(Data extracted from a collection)
··········

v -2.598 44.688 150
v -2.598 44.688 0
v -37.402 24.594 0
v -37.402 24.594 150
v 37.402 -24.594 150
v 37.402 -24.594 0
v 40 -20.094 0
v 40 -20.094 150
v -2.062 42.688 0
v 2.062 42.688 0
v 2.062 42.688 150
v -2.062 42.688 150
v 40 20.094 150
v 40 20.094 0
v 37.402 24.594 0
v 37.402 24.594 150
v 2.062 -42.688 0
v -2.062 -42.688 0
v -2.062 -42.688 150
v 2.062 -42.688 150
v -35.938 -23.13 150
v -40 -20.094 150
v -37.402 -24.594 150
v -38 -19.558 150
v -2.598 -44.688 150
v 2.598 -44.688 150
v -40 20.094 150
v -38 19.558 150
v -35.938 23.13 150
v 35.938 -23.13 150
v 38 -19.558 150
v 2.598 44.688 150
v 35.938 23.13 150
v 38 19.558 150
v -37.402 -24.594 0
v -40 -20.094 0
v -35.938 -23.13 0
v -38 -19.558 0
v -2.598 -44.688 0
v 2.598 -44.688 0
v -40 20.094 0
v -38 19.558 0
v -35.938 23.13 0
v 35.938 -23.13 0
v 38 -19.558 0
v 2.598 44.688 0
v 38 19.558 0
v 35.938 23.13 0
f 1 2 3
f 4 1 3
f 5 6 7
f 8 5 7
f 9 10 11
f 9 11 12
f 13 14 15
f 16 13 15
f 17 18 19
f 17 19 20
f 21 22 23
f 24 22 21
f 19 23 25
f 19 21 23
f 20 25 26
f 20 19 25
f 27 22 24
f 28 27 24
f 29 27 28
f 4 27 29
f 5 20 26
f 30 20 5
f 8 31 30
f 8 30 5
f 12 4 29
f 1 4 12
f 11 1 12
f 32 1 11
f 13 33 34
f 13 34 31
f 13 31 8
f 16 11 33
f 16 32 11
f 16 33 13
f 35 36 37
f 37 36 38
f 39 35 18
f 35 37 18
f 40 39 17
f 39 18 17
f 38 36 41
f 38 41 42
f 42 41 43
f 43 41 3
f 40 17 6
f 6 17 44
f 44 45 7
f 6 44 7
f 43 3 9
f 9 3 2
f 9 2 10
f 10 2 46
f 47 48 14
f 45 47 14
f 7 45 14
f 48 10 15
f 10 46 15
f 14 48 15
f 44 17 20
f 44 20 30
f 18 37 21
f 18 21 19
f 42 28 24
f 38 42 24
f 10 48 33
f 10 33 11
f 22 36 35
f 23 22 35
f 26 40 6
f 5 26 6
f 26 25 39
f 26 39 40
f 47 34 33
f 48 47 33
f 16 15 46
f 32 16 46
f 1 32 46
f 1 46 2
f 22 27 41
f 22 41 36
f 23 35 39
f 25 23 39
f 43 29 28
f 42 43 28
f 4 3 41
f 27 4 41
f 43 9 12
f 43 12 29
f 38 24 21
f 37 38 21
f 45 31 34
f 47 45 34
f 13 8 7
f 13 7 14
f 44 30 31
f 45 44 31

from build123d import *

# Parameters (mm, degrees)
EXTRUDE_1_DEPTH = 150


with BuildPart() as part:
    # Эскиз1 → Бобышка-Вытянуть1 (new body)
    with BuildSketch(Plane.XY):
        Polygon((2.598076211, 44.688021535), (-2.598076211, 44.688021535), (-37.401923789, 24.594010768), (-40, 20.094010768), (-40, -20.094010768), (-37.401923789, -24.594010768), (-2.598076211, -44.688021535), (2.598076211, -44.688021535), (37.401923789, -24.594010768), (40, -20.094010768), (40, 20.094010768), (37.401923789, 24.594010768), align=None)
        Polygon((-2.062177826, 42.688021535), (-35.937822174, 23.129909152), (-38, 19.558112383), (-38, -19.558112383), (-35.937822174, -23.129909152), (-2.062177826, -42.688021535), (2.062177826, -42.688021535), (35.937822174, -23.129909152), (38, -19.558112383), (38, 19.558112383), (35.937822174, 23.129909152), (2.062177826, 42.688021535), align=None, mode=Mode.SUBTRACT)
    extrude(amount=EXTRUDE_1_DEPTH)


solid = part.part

··········

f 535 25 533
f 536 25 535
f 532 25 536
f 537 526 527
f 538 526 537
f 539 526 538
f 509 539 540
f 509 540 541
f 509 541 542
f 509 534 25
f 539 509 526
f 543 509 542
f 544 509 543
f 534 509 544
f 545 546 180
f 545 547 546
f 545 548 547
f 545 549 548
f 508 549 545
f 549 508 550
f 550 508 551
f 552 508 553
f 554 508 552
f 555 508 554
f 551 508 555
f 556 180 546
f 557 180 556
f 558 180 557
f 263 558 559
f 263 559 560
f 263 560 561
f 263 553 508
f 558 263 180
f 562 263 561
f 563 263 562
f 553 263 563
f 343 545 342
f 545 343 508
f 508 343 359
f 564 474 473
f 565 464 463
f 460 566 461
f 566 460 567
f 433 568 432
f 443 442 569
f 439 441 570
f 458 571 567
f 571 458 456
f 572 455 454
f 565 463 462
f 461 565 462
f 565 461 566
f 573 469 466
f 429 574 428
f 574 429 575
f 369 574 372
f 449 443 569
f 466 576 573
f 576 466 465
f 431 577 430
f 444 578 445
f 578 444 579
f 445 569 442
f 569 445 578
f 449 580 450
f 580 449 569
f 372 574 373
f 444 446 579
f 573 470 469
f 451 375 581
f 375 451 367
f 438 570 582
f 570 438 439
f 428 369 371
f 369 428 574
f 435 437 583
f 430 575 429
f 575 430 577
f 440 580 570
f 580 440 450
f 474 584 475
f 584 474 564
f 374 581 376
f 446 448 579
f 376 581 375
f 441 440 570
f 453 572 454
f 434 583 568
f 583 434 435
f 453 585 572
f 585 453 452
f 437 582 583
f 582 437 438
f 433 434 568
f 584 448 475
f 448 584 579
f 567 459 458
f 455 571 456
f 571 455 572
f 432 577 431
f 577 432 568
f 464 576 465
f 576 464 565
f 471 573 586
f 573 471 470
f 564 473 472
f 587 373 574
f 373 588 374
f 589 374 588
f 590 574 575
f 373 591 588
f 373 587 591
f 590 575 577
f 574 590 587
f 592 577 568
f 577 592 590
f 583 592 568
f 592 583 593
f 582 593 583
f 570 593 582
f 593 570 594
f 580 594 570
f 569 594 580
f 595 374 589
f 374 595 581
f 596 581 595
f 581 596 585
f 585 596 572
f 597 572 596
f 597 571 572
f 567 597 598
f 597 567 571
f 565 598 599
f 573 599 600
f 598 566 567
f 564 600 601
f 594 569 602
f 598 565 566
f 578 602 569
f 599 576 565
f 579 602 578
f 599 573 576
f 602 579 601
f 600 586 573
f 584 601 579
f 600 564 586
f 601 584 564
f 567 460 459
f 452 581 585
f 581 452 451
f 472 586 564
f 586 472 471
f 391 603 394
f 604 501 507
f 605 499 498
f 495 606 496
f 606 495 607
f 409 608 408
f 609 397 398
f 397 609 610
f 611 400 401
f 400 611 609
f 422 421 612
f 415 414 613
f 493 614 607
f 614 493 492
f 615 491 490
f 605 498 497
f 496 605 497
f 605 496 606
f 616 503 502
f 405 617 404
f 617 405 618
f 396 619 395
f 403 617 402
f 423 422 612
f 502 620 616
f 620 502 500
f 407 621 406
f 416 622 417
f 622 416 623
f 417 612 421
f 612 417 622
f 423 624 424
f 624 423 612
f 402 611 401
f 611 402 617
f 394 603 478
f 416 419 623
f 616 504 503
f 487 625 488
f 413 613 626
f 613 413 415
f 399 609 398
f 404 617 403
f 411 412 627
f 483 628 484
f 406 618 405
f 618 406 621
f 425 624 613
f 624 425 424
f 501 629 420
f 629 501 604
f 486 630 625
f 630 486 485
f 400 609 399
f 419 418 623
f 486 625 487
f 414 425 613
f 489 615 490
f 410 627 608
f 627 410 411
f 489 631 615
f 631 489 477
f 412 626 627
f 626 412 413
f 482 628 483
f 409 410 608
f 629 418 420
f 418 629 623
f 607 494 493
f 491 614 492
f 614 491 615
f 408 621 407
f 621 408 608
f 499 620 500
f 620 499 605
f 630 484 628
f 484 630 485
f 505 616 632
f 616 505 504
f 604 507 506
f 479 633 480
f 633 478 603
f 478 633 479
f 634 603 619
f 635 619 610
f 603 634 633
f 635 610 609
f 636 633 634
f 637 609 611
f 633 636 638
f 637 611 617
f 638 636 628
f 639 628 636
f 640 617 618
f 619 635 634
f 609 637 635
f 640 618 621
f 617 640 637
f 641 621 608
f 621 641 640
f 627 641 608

··········

## Exercise brief
With the line that has "f 508 549 545" as the first and the line that has "f 444 578 445" as the last, repeat exactly that run of lines above and no more.

## Written response
f 508 549 545
f 549 508 550
f 550 508 551
f 552 508 553
f 554 508 552
f 555 508 554
f 551 508 555
f 556 180 546
f 557 180 556
f 558 180 557
f 263 558 559
f 263 559 560
f 263 560 561
f 263 553 508
f 558 263 180
f 562 263 561
f 563 263 562
f 553 263 563
f 343 545 342
f 545 343 508
f 508 343 359
f 564 474 473
f 565 464 463
f 460 566 461
f 566 460 567
f 433 568 432
f 443 442 569
f 439 441 570
f 458 571 567
f 571 458 456
f 572 455 454
f 565 463 462
f 461 565 462
f 565 461 566
f 573 469 466
f 429 574 428
f 574 429 575
f 369 574 372
f 449 443 569
f 466 576 573
f 576 466 465
f 431 577 430
f 444 578 445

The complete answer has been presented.